# T5



## dbolanos (Nov 17, 2005)

Hi everybody,
I have 4 x 54w T5 for one year ago. Can someone tell me whats the useful period for a T5 in aquarium?

Thanks in advance.


----------



## BryceM (Nov 6, 2005)

Do you mean how many hours per day or how long the bulbs should last? I'm assuming you're asking how long they last. Some people would recommend changing them yearly.

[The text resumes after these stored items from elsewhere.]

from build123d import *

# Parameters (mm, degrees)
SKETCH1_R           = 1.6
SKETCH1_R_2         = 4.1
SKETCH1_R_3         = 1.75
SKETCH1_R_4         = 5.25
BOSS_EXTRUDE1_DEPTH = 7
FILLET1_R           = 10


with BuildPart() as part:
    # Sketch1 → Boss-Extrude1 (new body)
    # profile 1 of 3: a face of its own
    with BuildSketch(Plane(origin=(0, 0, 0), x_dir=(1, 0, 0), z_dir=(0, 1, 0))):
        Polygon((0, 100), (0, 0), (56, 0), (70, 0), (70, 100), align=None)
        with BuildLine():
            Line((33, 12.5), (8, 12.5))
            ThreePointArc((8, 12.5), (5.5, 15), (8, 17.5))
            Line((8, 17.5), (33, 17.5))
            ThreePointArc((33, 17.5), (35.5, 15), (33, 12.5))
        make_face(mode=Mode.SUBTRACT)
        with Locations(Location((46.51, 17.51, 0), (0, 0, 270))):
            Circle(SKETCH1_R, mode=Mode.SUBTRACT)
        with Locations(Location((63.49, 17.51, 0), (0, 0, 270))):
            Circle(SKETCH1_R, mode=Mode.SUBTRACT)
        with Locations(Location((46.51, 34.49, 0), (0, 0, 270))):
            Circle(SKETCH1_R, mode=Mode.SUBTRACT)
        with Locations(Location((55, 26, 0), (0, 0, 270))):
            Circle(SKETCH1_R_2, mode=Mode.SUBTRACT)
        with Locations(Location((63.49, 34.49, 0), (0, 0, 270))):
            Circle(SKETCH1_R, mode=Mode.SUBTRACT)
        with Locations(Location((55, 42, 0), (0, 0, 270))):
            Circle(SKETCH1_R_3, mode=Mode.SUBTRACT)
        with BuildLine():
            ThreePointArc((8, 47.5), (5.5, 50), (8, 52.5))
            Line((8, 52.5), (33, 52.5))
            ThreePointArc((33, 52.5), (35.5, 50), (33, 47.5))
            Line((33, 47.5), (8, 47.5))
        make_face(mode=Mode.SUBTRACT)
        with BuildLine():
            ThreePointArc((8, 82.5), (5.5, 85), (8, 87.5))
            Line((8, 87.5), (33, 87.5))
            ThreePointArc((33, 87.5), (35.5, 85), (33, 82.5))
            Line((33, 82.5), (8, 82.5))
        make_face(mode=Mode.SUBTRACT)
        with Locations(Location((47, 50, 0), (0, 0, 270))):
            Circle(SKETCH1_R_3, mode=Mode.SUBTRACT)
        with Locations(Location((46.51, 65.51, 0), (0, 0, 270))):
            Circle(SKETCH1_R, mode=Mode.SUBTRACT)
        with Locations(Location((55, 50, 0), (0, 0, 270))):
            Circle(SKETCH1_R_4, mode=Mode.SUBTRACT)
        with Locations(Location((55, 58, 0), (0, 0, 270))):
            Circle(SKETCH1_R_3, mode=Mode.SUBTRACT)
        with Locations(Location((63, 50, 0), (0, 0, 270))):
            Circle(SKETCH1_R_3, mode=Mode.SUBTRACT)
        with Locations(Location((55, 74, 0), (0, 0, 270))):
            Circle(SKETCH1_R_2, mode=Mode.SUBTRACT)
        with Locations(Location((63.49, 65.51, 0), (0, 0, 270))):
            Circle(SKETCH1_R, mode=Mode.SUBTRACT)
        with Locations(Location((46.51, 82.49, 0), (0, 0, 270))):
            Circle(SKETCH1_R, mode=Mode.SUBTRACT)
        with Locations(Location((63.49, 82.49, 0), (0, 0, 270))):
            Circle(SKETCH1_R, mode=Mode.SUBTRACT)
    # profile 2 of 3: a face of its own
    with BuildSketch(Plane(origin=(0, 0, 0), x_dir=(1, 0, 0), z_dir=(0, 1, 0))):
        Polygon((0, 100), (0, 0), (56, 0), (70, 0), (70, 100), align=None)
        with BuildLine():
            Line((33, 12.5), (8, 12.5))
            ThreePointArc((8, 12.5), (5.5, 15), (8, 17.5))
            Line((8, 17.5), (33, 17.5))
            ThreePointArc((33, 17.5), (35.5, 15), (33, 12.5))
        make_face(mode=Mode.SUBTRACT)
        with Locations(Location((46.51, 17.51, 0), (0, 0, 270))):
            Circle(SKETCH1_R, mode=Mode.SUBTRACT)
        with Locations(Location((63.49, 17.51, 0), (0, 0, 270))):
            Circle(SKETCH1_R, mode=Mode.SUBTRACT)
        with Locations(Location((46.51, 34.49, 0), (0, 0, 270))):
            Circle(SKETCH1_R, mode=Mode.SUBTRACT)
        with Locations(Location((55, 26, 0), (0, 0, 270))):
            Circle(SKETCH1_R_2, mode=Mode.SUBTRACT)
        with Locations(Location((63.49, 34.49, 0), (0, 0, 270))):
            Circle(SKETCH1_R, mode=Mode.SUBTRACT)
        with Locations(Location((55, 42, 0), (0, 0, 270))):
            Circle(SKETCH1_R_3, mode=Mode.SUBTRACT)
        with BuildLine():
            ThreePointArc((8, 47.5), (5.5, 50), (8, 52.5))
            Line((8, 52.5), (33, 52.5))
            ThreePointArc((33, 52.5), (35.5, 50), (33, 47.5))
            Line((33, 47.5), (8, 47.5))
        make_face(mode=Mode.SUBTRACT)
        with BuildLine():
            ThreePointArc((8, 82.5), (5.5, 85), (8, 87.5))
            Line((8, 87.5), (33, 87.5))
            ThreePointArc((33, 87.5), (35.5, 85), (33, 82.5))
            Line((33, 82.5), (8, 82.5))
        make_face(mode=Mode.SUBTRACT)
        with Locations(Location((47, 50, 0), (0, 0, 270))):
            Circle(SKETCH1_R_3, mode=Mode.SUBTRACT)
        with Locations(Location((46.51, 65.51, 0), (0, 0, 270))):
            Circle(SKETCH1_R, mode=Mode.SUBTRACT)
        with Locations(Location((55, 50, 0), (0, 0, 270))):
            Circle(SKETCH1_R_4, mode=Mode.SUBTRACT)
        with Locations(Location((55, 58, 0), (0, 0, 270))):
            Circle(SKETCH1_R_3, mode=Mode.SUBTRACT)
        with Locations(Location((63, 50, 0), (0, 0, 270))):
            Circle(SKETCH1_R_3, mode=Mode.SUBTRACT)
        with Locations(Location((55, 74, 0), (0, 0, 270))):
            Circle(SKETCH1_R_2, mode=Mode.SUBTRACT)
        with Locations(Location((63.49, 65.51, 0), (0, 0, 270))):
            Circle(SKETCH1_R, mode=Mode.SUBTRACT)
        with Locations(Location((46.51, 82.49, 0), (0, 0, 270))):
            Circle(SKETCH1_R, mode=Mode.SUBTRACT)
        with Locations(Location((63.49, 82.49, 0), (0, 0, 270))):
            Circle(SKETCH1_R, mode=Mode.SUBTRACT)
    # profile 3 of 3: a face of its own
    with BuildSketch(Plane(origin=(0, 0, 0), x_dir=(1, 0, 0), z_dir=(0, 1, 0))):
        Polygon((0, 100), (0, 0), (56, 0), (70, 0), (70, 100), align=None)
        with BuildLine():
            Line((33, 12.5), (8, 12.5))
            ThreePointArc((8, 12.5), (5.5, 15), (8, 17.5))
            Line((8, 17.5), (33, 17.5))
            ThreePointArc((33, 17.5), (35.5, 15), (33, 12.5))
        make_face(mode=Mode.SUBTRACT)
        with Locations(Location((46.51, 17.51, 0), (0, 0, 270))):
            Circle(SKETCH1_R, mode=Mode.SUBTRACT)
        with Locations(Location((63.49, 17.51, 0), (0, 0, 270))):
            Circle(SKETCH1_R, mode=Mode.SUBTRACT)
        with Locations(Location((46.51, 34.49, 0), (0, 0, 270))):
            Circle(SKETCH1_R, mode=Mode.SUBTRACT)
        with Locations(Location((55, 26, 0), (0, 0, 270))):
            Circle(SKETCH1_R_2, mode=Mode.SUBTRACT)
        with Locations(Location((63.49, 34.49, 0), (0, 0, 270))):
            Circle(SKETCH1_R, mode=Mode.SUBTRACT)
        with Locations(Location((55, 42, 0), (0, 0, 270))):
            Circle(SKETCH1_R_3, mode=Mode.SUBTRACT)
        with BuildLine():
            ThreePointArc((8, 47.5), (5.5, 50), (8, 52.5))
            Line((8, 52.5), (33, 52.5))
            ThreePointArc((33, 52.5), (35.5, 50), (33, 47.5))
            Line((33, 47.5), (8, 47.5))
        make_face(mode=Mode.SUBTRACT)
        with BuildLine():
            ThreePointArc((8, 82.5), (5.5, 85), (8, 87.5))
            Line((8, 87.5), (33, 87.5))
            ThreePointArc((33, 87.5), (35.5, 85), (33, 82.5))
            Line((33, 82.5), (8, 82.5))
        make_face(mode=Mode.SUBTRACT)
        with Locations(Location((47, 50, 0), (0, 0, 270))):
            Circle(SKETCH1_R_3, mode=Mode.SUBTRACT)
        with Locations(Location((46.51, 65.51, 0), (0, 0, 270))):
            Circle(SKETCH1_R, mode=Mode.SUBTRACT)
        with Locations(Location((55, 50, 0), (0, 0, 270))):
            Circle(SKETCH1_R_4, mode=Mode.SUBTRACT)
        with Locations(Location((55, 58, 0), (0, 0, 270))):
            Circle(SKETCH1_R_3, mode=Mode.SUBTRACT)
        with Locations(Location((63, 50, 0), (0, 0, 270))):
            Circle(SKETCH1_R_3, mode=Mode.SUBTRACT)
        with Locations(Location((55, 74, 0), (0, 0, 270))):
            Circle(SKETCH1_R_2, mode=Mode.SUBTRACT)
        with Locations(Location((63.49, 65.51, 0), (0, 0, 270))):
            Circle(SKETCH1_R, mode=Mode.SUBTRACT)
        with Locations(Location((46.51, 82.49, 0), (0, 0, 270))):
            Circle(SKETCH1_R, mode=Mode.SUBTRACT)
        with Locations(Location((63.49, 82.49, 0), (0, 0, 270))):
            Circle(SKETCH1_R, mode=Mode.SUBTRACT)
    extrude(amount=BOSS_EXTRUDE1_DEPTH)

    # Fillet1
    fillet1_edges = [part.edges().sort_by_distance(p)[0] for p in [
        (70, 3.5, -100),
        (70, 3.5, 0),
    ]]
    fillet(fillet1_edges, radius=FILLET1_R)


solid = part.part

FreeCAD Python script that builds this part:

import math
import FreeCAD as App
import Part
import Sketcher
Q = App.Units.Quantity


def edges_at(feature, points):
    """Names of the edges that pass closest to the given points."""
    edges = feature.Shape.Edges
    near = lambda p: min(range(len(edges)), key=lambda i: edges[i].distToShape(Part.Vertex(*p))[0])
    return sorted({f"Edge{near(p) + 1}" for p in points})


def add_polygon(sketch, points):
    """Adds a closed chain of lines whose ends are joined by coincident constraints."""
    first, n = sketch.GeometryCount, len(points)
    for a, b in zip(points, points[1:] + points[:1]):
        sketch.addGeometry(Part.LineSegment(App.Vector(*a, 0), App.Vector(*b, 0)), False)
    for i in range(n):
        sketch.addConstraint(Sketcher.Constraint("Coincident", first + i, 2, first + (i + 1) % n, 1))

doc = App.newDocument("Part")
body = doc.addObject("PartDesign::Body", "Body")

# Sketch on XZ plane
sketch1 = doc.addObject("Sketcher::SketchObject", "Sketch")
body.addObject(sketch1)
sketch1.AttachmentSupport = (doc.XZ_Plane, [""])
sketch1.MapMode = "FlatFace"
add_polygon(sketch1, [(0, -100), (0, 0), (70, 0), (70, -100)])  # lines 0-3
sketch1.addGeometry(Part.ArcOfCircle(Part.Circle(App.Vector(33, -15, 0), App.Vector(0, 0, 1), 2.5), math.radians(-90), math.radians(90)), False)  # 4
sketch1.addGeometry(Part.LineSegment(App.Vector(33, -12.5, 0), App.Vector(8, -12.5, 0)), False)  # 5
sketch1.addGeometry(Part.ArcOfCircle(Part.Circle(App.Vector(8, -15, 0), App.Vector(0, 0, 1), 2.5), math.radians(90), math.radians(270)), False)  # 6
sketch1.addGeometry(Part.LineSegment(App.Vector(8, -17.5, 0), App.Vector(33, -17.5, 0)), False)  # 7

Others would probably say use them until they burn out.


----------



## dbolanos (Nov 17, 2005)

You are wright Guaiac_boy, I'm sorry about my English.
My T5 are now one year old, and I'm trying to make a new setup in ten days, that is the reason why.

Thanks.


----------



## goalcreas (Nov 20, 2006)

If money is not an issue, I would replace them, If it is an issue, you can do the set up, and I am sure the intensity of the lamps will work for your plants to break in and for the roots to take hold.

also, have you been using the bulbs daily for a year, or have they been unused for a portion of that time, that would have to be figured into when to replace.


----------



## ruki (Jul 4, 2006)

goalcreas said:


> If money is not an issue, I would replace them, If it is an issue, you can do the set up, and I am sure the intensity of the lamps will work for your plants to break in and for the roots to take hold.
> 
> also, have you been using the bulbs daily for a year, or have they been unused for a portion of that time, that would have to be figured into when to replace.


It depends. If they are T5 HO, those are supposed to last two years. Normal Output T5 probably just a year. But, if the plants are doing OK, you can wait a bit longer.

One thing to think about is to keep the light level constant by not replacing all the tubes at one time (stagger their replacement).


----------